AVAILABLE DATA:
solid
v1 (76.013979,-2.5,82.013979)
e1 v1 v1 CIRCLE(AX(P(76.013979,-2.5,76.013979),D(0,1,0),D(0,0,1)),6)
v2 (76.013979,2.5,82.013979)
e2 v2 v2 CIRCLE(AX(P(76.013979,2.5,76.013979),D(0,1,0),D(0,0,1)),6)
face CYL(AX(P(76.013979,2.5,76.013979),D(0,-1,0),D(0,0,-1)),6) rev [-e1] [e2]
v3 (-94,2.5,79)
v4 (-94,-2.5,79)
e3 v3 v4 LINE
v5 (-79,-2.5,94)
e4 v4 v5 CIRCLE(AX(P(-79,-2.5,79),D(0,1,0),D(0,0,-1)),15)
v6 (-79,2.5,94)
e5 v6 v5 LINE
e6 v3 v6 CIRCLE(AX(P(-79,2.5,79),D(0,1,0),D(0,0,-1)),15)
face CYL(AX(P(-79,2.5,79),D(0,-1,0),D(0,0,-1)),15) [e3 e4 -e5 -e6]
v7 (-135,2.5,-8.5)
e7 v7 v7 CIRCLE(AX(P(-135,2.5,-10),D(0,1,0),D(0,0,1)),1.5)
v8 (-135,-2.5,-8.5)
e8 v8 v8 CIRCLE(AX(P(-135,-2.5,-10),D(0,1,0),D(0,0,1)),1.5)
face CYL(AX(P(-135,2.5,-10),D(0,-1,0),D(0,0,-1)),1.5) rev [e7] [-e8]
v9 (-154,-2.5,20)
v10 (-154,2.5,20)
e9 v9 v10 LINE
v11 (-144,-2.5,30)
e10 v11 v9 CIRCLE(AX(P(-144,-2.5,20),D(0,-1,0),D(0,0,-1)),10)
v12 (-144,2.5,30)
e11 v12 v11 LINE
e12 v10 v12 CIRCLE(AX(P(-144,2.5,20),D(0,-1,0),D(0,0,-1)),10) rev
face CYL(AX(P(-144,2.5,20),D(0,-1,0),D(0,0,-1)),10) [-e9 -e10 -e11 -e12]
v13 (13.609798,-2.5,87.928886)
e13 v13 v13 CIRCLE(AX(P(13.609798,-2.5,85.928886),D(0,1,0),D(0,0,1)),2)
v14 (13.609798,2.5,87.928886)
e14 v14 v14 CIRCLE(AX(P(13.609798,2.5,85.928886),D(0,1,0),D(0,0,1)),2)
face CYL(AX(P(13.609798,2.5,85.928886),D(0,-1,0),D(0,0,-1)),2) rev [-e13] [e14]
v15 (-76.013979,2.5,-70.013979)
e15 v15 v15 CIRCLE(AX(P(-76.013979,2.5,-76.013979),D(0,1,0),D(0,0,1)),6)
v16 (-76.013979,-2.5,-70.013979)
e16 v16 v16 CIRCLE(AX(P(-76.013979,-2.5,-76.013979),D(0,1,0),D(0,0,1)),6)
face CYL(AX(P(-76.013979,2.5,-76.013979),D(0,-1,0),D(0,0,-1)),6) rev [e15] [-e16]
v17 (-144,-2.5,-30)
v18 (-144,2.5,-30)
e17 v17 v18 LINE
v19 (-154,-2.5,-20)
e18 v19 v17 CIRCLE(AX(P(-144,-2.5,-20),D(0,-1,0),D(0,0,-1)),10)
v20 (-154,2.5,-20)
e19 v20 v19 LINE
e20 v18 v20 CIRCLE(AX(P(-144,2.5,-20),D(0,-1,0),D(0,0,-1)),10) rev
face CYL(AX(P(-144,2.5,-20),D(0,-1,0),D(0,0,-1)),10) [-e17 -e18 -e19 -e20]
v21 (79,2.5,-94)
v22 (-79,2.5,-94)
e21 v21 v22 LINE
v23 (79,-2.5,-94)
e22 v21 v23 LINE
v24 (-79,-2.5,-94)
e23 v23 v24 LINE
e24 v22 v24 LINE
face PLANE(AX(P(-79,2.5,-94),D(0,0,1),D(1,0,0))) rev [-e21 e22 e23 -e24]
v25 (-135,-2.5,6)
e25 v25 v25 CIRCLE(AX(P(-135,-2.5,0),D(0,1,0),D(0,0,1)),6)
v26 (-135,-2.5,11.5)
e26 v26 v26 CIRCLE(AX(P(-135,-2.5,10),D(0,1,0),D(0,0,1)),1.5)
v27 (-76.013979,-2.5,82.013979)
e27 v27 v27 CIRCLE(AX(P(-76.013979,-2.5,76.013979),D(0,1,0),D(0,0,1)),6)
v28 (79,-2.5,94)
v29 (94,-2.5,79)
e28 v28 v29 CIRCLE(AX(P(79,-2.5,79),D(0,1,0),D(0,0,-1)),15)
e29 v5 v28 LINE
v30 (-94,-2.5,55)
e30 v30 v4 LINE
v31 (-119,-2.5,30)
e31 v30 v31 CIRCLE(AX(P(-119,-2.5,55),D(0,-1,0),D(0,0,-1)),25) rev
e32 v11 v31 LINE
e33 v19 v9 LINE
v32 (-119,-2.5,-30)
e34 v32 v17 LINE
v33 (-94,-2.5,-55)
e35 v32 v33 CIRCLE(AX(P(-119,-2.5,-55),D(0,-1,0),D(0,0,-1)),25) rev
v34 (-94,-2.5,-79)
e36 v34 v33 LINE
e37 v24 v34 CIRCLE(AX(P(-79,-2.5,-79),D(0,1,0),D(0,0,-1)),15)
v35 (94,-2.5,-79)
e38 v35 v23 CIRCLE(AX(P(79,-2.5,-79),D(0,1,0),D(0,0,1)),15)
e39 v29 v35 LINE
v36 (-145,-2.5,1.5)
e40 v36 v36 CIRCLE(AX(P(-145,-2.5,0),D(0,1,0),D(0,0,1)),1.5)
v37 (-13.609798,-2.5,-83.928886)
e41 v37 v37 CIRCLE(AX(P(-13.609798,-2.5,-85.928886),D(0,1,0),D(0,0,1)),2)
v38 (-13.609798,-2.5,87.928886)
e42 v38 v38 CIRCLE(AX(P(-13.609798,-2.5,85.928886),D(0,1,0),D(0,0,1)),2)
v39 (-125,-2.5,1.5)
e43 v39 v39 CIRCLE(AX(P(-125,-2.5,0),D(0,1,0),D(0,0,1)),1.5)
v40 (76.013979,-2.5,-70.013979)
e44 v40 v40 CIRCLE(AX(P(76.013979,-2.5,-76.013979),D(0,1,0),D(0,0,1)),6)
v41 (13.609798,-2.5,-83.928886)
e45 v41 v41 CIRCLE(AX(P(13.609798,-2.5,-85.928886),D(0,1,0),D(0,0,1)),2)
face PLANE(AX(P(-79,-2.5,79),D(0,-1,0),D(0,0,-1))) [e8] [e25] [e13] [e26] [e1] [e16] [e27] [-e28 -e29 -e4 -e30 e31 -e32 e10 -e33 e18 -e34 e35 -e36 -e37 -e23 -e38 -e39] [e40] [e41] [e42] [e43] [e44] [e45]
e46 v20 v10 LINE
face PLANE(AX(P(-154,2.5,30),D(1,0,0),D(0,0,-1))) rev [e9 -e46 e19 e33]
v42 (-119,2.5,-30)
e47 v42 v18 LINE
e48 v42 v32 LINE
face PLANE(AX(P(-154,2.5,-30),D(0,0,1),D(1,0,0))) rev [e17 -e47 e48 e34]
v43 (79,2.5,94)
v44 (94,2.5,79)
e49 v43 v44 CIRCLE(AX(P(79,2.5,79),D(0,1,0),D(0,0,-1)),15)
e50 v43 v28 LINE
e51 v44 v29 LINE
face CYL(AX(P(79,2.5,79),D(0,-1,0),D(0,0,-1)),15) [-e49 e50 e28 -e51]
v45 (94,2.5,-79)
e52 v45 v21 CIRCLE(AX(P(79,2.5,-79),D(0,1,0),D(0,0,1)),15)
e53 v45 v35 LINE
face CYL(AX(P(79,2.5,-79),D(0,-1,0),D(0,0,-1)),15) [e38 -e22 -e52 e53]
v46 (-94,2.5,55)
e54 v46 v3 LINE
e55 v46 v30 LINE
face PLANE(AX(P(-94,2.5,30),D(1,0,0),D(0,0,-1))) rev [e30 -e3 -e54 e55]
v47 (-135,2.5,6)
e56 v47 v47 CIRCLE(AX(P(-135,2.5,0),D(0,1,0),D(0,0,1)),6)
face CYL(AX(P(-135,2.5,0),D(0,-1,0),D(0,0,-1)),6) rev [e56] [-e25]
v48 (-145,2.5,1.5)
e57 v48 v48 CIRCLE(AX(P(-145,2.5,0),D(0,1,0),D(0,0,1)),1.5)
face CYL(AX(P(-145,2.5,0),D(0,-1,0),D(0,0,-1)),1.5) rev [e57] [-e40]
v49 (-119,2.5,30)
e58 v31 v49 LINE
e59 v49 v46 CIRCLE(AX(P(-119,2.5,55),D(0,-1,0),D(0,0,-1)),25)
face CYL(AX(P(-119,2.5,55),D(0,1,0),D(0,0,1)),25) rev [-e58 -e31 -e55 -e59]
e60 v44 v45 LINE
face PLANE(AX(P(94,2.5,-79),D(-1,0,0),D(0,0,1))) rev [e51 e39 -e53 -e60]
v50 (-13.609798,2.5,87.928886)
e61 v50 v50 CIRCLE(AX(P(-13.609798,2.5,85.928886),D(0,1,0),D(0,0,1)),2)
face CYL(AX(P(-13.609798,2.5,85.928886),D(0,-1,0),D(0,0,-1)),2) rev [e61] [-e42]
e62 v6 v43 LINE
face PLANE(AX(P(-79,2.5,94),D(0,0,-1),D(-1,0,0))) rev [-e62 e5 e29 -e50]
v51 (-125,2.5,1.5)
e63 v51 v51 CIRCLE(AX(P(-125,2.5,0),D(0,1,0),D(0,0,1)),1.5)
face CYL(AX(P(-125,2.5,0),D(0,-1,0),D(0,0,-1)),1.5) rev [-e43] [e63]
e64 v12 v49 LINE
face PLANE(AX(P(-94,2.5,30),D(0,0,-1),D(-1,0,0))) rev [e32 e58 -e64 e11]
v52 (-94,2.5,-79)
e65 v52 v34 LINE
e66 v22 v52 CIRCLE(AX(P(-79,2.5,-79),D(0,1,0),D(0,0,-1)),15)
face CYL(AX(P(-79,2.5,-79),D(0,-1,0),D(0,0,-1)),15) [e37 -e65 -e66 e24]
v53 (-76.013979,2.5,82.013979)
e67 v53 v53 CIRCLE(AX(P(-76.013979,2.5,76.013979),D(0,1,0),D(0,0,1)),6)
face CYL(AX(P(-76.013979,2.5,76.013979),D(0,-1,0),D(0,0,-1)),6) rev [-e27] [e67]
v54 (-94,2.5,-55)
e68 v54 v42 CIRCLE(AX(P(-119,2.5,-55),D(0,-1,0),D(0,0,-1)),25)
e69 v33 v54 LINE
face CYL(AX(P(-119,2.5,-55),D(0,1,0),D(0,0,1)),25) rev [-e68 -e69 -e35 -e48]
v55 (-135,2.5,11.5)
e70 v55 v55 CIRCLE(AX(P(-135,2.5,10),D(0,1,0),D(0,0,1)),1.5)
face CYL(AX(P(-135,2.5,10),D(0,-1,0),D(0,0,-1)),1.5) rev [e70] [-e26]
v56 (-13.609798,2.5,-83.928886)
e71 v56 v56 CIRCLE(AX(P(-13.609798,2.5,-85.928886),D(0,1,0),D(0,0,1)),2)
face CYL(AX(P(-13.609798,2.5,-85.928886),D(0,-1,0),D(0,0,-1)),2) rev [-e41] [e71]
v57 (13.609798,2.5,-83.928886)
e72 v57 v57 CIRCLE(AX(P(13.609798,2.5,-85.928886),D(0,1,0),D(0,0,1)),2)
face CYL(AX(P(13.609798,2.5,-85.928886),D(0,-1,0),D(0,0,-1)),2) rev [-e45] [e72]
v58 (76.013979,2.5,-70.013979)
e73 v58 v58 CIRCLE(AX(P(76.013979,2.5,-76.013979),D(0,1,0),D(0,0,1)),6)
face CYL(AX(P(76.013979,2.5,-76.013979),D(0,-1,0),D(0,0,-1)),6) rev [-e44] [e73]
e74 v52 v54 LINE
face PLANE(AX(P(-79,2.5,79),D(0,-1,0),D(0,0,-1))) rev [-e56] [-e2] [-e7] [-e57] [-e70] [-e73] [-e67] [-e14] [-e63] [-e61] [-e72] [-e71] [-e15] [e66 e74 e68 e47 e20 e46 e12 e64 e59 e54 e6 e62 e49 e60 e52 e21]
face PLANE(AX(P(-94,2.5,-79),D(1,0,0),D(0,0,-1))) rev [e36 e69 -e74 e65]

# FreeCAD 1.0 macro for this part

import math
import FreeCAD as App
import Part
import Sketcher

V = App.Vector


def edges_at(feature, points):
    """Names of the edges that pass closest to the given points."""
    edges = feature.Shape.Edges
    near = lambda p: min(range(len(edges)), key=lambda i: edges[i].distToShape(Part.Vertex(*p))[0])
    return sorted({f"Edge{near(p) + 1}" for p in points})

doc = App.newDocument("Part")
body = doc.addObject("PartDesign::Body", "Body")

sketch1 = body.newObject("Sketcher::SketchObject", "Sketch")
sketch1.AttachmentSupport = (doc.getObject("XZ_Plane"), [""])
sketch1.MapMode = "FlatFace"
sketch1.addGeometry(Part.LineSegment(V(79, -94, 0), V(-79, -94, 0)), False)
sketch1.addGeometry(Part.ArcOfCircle(Part.Circle(V(-79, -79, 0), V(0, 0, 1), 15), math.radians(180), math.radians(270)), False)
sketch1.addGeometry(Part.LineSegment(V(-94, -79, 0), V(-94, -30, 0)), False)
sketch1.addGeometry(Part.LineSegment(V(-94, -30, 0), V(-154, -30, 0)), False)
sketch1.addGeometry(Part.LineSegment(V(-154, -30, 0), V(-154, 30, 0)), False)
sketch1.addGeometry(Part.LineSegment(V(-154, 30, 0), V(-94, 30, 0)), False)
sketch1.addGeometry(Part.LineSegment(V(-94, 30, 0), V(-94, 79, 0)), False)
sketch1.addGeometry(Part.ArcOfCircle(Part.Circle(V(-79, 79, 0), V(0, 0, 1), 15), math.radians(90), math.radians(180)), False)
sketch1.addGeometry(Part.LineSegment(V(-79, 94, 0), V(79, 94, 0)), False)
sketch1.addGeometry(Part.ArcOfCircle(Part.Circle(V(79, 79, 0), V(0, 0, 1), 15), math.radians(0), math.radians(90)), False)
sketch1.addGeometry(Part.LineSegment(V(94, 79, 0), V(94, -79, 0)), False)
sketch1.addGeometry(Part.ArcOfCircle(Part.Circle(V(79, -79, 0), V(0, 0, 1), 15), math.radians(-90), math.radians(0)), False)
sketch1.addGeometry(Part.Circle(V(76, 76, 0), V(0, 0, 1), 6), False)
sketch1.addGeometry(Part.Circle(V(13.6, 85.9, 0), V(0, 0, 1), 2), False)
sketch1.addGeometry(Part.Circle(V(-13.6, 85.9, 0), V(0, 0, 1), 2), False)
sketch1.addGeometry(Part.Circle(V(-76, 76, 0), V(0, 0, 1), 6), False)
sketch1.addGeometry(Part.Circle(V(-135, 10, 0), V(0, 0, 1), 1.5), False)
sketch1.addGeometry(Part.Circle(V(76, -76, 0), V(0, 0, 1), 6), False)
sketch1.addGeometry(Part.Circle(V(13.6, -85.9, 0), V(0, 0, 1), 2), False)
sketch1.addGeometry(Part.Circle(V(-13.6, -85.9, 0), V(0, 0, 1), 2), False)
sketch1.addGeometry(Part.Circle(V(-125, 0, 0), V(0, 0, 1), 1.5), False)
sketch1.addGeometry(Part.Circle(V(-135, 0, 0), V(0, 0, 1), 6), False)
sketch1.addGeometry(Part.Circle(V(-145, 0, 0), V(0, 0, 1), 1.5), False)
sketch1.addGeometry(Part.Circle(V(-135, -10, 0), V(0, 0, 1), 1.5), False)
sketch1.addGeometry(Part.Circle(V(-76, -76, 0), V(0, 0, 1), 6), False)
sketch1.addConstraint(Sketcher.Constraint("Tangent", 0, 2, 1, 2))
sketch1.addConstraint(Sketcher.Constraint("Tangent", 1, 1, 2, 1))
sketch1.addConstraint(Sketcher.Constraint("Coincident", 2, 2, 3, 1))
sketch1.addConstraint(Sketcher.Constraint("Coincident", 3, 2, 4, 1))
sketch1.addConstraint(Sketcher.Constraint("Coincident", 4, 2, 5, 1))
sketch1.addConstraint(Sketcher.Constraint("Coincident", 5, 2, 6, 1))
sketch1.addConstraint(Sketcher.Constraint("Tangent", 6, 2, 7, 2))
sketch1.addConstraint(Sketcher.Constraint("Tangent", 7, 1, 8, 1))
sketch1.addConstraint(Sketcher.Constraint("Tangent", 8, 2, 9, 2))
sketch1.addConstraint(Sketcher.Constraint("Tangent", 9, 1, 10, 1))
sketch1.addConstraint(Sketcher.Constraint("Tangent", 10, 2, 11, 2))
sketch1.addConstraint(Sketcher.Constraint("Tangent", 11, 1, 0, 1))
sketch1.addConstraint(Sketcher.Constraint("Horizontal", 0))
sketch1.addConstraint(Sketcher.Constraint("Vertical", 2))
sketch1.addConstraint(Sketcher.Constraint("Horizontal", 3))
sketch1.addConstraint(Sketcher.Constraint("Vertical", 4))
sketch1.addConstraint(Sketcher.Constraint("Horizontal", 5))
sketch1.addConstraint(Sketcher.Constraint("Vertical", 6))
sketch1.addConstraint(Sketcher.Constraint("Horizontal", 8))
sketch1.addConstraint(Sketcher.Constraint("Vertical", 10))
sketch1.addConstraint(Sketcher.Constraint("Equal", 1, 7))
sketch1.addConstraint(Sketcher.Constraint("Equal", 7, 9))
sketch1.addConstraint(Sketcher.Constraint("Equal", 9, 11))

WHAT TO DO: Scan the entries above for the line containing "v54 (-94,2.5,-55)", and copy it and all lines after it exactly, down to and including the line containing "# FreeCAD 1.0 macro for this part".

OUTPUT:
v54 (-94,2.5,-55)
e68 v54 v42 CIRCLE(AX(P(-119,2.5,-55),D(0,-1,0),D(0,0,-1)),25)
e69 v33 v54 LINE
face CYL(AX(P(-119,2.5,-55),D(0,1,0),D(0,0,1)),25) rev [-e68 -e69 -e35 -e48]
v55 (-135,2.5,11.5)
e70 v55 v55 CIRCLE(AX(P(-135,2.5,10),D(0,1,0),D(0,0,1)),1.5)
face CYL(AX(P(-135,2.5,10),D(0,-1,0),D(0,0,-1)),1.5) rev [e70] [-e26]
v56 (-13.609798,2.5,-83.928886)
e71 v56 v56 CIRCLE(AX(P(-13.609798,2.5,-85.928886),D(0,1,0),D(0,0,1)),2)
face CYL(AX(P(-13.609798,2.5,-85.928886),D(0,-1,0),D(0,0,-1)),2) rev [-e41] [e71]
v57 (13.609798,2.5,-83.928886)
e72 v57 v57 CIRCLE(AX(P(13.609798,2.5,-85.928886),D(0,1,0),D(0,0,1)),2)
face CYL(AX(P(13.609798,2.5,-85.928886),D(0,-1,0),D(0,0,-1)),2) rev [-e45] [e72]
v58 (76.013979,2.5,-70.013979)
e73 v58 v58 CIRCLE(AX(P(76.013979,2.5,-76.013979),D(0,1,0),D(0,0,1)),6)
face CYL(AX(P(76.013979,2.5,-76.013979),D(0,-1,0),D(0,0,-1)),6) rev [-e44] [e73]
e74 v52 v54 LINE
face PLANE(AX(P(-79,2.5,79),D(0,-1,0),D(0,0,-1))) rev [-e56] [-e2] [-e7] [-e57] [-e70] [-e73] [-e67] [-e14] [-e63] [-e61] [-e72] [-e71] [-e15] [e66 e74 e68 e47 e20 e46 e12 e64 e59 e54 e6 e62 e49 e60 e52 e21]
face PLANE(AX(P(-94,2.5,-79),D(1,0,0),D(0,0,-1))) rev [e36 e69 -e74 e65]

# FreeCAD 1.0 macro for this part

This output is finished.